### Data extracts:

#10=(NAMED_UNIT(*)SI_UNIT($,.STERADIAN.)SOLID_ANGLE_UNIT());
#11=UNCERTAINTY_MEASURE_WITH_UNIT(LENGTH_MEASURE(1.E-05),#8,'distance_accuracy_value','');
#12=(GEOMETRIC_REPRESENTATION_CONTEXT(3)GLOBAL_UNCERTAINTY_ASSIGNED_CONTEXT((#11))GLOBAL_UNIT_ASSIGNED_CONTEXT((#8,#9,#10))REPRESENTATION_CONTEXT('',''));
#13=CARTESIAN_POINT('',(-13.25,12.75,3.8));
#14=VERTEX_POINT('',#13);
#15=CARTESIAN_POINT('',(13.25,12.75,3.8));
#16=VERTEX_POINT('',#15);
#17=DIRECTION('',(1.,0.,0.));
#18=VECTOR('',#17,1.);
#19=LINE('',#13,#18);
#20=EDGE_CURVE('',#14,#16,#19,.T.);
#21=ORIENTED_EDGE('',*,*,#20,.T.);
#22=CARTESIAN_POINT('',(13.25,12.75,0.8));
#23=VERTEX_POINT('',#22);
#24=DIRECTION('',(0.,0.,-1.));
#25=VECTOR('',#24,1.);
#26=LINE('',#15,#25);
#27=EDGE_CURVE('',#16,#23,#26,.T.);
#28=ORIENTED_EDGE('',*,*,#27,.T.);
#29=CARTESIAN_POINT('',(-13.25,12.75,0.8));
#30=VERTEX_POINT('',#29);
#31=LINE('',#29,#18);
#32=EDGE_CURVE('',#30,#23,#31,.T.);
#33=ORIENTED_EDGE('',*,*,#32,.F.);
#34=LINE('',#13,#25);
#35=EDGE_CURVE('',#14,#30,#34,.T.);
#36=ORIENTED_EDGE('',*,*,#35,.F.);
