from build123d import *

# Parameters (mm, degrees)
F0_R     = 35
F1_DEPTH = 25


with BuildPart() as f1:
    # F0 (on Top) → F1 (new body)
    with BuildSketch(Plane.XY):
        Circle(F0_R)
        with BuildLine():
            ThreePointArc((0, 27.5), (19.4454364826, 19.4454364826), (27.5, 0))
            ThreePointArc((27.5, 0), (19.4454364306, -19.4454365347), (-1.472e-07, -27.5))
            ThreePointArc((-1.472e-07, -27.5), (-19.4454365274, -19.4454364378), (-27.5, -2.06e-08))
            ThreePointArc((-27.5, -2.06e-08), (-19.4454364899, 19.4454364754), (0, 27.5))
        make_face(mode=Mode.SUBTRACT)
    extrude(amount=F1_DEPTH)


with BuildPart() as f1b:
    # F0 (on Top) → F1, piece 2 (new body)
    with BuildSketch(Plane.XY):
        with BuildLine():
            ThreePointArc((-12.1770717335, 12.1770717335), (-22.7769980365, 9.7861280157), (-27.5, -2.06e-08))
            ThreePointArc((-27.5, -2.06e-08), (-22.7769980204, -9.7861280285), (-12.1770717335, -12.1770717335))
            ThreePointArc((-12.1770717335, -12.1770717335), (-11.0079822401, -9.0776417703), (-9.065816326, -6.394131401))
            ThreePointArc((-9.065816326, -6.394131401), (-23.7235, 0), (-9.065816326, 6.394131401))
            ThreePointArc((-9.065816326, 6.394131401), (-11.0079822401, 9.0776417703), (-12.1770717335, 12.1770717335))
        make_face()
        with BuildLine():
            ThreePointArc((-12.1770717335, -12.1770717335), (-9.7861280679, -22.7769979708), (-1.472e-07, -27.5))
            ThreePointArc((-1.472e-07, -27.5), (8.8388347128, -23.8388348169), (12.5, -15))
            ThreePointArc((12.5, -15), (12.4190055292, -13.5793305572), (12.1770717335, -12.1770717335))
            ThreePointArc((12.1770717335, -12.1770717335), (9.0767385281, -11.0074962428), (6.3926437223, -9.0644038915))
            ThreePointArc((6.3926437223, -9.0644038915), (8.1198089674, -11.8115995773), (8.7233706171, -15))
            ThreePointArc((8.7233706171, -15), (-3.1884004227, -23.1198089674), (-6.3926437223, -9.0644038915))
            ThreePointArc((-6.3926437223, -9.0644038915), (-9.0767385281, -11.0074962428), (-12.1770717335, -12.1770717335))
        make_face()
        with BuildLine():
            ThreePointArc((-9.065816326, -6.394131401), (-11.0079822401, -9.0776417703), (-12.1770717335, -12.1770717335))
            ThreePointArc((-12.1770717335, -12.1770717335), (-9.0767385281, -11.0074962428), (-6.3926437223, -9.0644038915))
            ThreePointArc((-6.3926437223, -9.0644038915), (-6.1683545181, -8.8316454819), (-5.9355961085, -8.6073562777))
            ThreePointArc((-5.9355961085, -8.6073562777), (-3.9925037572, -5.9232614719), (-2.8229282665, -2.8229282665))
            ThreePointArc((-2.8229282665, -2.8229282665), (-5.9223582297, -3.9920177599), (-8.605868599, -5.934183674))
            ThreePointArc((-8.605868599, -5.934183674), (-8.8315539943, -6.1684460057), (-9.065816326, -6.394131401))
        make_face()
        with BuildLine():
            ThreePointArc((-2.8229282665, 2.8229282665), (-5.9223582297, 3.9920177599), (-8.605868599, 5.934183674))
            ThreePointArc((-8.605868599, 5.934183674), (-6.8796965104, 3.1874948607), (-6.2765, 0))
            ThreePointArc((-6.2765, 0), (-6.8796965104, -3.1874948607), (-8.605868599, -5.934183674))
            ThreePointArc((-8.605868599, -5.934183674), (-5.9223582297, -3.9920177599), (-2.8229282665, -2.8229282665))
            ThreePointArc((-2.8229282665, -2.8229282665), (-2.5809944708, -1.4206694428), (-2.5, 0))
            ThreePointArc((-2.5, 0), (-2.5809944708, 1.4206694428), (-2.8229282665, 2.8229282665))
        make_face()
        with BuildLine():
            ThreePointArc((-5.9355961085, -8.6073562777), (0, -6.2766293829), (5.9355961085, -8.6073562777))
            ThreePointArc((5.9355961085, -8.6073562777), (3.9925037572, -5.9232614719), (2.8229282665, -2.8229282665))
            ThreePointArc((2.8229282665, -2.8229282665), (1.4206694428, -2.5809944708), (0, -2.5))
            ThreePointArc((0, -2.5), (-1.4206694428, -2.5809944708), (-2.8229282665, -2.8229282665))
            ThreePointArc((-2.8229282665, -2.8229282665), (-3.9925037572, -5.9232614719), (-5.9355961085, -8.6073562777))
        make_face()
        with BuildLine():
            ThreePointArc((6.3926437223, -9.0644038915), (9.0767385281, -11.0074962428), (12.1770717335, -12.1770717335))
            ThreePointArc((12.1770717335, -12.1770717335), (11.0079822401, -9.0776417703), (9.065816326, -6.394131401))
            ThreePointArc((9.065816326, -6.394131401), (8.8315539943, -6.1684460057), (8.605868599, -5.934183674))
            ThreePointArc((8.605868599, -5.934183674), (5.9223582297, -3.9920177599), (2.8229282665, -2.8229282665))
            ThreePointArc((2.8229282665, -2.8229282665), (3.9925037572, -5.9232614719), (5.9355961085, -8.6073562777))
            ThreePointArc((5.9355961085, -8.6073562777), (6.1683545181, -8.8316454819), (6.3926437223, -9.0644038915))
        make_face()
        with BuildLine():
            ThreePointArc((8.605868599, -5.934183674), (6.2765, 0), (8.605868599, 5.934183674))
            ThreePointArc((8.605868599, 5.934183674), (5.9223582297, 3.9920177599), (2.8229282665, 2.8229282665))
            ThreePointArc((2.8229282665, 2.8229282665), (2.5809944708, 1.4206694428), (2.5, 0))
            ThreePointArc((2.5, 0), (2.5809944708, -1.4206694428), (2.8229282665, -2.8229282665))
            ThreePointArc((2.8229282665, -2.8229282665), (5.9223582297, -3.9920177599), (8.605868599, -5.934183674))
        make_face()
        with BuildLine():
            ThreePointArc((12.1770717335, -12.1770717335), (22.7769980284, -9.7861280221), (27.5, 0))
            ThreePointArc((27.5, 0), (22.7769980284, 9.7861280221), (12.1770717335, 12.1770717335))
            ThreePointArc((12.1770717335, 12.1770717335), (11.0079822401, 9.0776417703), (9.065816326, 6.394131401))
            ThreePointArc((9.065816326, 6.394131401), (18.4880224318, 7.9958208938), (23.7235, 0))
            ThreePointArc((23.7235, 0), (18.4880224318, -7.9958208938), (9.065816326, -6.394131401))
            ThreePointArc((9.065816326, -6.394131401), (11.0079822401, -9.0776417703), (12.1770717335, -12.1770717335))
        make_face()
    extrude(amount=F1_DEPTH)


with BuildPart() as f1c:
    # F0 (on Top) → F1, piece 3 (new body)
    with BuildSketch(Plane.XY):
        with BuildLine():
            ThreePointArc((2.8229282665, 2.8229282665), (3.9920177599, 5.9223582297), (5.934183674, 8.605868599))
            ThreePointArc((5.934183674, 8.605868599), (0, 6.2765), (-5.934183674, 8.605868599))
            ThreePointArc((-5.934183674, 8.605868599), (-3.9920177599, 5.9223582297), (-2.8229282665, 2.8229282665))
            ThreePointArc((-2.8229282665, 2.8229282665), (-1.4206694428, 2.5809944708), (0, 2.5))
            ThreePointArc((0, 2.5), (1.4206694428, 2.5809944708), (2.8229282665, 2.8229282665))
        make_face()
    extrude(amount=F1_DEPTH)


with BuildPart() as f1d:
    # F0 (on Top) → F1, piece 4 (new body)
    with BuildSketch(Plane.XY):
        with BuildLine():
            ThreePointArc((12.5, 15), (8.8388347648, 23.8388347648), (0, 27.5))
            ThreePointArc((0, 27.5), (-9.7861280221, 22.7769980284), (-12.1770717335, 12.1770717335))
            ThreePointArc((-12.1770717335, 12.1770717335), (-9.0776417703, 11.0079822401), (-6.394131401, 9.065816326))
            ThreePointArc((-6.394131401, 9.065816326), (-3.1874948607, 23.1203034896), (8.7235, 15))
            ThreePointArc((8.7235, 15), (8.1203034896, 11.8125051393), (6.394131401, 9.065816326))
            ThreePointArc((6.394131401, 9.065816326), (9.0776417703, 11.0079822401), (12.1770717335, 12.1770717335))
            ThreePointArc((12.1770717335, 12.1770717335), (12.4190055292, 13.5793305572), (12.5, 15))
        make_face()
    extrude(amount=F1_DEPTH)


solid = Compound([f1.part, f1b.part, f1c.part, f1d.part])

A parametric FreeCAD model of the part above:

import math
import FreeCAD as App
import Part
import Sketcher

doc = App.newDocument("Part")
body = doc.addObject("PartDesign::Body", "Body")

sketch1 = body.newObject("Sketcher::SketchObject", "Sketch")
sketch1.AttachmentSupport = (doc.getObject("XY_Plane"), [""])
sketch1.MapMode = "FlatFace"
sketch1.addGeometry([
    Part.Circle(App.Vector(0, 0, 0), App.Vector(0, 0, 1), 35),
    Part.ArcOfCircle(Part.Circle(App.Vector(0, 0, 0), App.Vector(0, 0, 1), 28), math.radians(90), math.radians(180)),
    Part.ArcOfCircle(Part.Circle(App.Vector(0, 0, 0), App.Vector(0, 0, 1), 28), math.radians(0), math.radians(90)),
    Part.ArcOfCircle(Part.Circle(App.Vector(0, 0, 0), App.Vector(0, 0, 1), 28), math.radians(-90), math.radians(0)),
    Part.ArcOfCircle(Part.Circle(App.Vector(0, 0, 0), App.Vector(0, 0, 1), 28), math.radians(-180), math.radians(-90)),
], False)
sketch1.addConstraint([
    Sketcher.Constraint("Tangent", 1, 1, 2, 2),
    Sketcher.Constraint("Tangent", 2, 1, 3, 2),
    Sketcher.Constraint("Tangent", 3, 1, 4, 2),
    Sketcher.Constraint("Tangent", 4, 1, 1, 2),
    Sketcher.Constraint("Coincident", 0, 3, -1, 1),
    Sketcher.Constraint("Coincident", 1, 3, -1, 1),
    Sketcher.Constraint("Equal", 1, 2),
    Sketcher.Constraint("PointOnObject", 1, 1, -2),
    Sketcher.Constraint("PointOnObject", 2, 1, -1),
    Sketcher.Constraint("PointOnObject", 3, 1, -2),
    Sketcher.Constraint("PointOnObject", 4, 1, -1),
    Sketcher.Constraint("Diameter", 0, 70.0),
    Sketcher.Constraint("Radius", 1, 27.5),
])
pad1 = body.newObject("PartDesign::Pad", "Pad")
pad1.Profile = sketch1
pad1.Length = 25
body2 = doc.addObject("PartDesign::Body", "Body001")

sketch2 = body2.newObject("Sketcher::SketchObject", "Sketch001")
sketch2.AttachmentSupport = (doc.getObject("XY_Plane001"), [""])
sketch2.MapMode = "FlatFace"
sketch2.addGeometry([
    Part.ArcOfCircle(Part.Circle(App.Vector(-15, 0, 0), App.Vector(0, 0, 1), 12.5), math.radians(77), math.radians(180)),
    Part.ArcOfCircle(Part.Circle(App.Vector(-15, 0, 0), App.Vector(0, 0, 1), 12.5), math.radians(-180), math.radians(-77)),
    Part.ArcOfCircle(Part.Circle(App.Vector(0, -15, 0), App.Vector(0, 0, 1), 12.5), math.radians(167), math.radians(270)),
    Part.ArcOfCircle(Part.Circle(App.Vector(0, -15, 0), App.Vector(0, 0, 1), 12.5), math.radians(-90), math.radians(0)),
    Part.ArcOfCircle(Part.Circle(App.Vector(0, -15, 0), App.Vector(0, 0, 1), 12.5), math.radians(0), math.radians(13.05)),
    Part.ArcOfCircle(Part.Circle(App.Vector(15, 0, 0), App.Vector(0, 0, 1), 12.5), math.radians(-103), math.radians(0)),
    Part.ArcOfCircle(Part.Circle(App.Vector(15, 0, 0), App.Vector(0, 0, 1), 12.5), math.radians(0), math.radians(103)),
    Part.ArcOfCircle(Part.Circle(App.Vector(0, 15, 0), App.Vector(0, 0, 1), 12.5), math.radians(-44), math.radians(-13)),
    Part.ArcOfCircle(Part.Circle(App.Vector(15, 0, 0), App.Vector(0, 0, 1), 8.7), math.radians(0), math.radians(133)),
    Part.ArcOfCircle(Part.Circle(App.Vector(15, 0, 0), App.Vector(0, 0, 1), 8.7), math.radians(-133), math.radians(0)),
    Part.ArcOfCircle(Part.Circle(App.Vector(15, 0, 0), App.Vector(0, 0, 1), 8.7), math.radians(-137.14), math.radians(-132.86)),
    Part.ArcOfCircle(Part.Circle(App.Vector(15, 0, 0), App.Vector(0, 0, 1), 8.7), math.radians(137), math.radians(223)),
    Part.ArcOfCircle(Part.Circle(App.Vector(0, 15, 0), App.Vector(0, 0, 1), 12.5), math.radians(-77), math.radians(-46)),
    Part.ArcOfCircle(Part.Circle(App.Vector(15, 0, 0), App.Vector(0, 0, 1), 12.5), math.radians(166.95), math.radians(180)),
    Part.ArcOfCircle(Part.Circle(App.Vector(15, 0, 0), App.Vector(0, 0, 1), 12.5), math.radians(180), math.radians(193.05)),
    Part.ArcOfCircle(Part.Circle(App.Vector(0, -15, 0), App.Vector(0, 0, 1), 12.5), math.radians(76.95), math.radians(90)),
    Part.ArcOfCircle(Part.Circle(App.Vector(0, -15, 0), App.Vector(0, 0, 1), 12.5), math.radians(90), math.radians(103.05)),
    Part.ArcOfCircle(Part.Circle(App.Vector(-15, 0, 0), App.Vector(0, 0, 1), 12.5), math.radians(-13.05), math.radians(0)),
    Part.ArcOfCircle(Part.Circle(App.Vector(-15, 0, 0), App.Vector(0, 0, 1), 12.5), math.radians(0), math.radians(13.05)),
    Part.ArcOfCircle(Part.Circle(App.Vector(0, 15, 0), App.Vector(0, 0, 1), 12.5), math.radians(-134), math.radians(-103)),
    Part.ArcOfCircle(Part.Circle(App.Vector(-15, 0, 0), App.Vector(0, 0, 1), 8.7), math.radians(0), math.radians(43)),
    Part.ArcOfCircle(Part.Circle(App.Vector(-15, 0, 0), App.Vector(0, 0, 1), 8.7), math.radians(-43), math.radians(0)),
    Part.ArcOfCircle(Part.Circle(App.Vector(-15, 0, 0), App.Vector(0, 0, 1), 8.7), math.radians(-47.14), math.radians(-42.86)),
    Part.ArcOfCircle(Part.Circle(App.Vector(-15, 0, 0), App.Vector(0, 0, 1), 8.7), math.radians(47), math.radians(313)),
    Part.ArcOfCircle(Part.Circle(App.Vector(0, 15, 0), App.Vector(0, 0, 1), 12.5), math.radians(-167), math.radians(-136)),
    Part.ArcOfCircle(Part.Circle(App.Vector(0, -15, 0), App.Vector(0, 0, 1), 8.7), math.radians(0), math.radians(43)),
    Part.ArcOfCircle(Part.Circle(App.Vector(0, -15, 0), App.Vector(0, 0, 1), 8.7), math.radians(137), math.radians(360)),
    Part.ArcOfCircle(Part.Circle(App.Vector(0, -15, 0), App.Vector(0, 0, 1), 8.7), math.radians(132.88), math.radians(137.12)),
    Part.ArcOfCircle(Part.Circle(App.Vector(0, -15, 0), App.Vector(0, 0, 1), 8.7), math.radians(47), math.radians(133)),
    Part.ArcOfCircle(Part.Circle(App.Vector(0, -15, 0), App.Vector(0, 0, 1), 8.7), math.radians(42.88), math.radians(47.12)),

### How to complete this task:
In the entries above, find the line holding "-7.9958208938), (9.065816326, -6.394131401))" and the line holding "5.9223582297), (5.934183674, 8.605868599))", then retype exactly those two lines and every line between them, and nothing else.

### Result:
            ThreePointArc((23.7235, 0), (18.4880224318, -7.9958208938), (9.065816326, -6.394131401))
            ThreePointArc((9.065816326, -6.394131401), (11.0079822401, -9.0776417703), (12.1770717335, -12.1770717335))
        make_face()
    extrude(amount=F1_DEPTH)


with BuildPart() as f1c:
    # F0 (on Top) → F1, piece 3 (new body)
    with BuildSketch(Plane.XY):
        with BuildLine():
            ThreePointArc((2.8229282665, 2.8229282665), (3.9920177599, 5.9223582297), (5.934183674, 8.605868599))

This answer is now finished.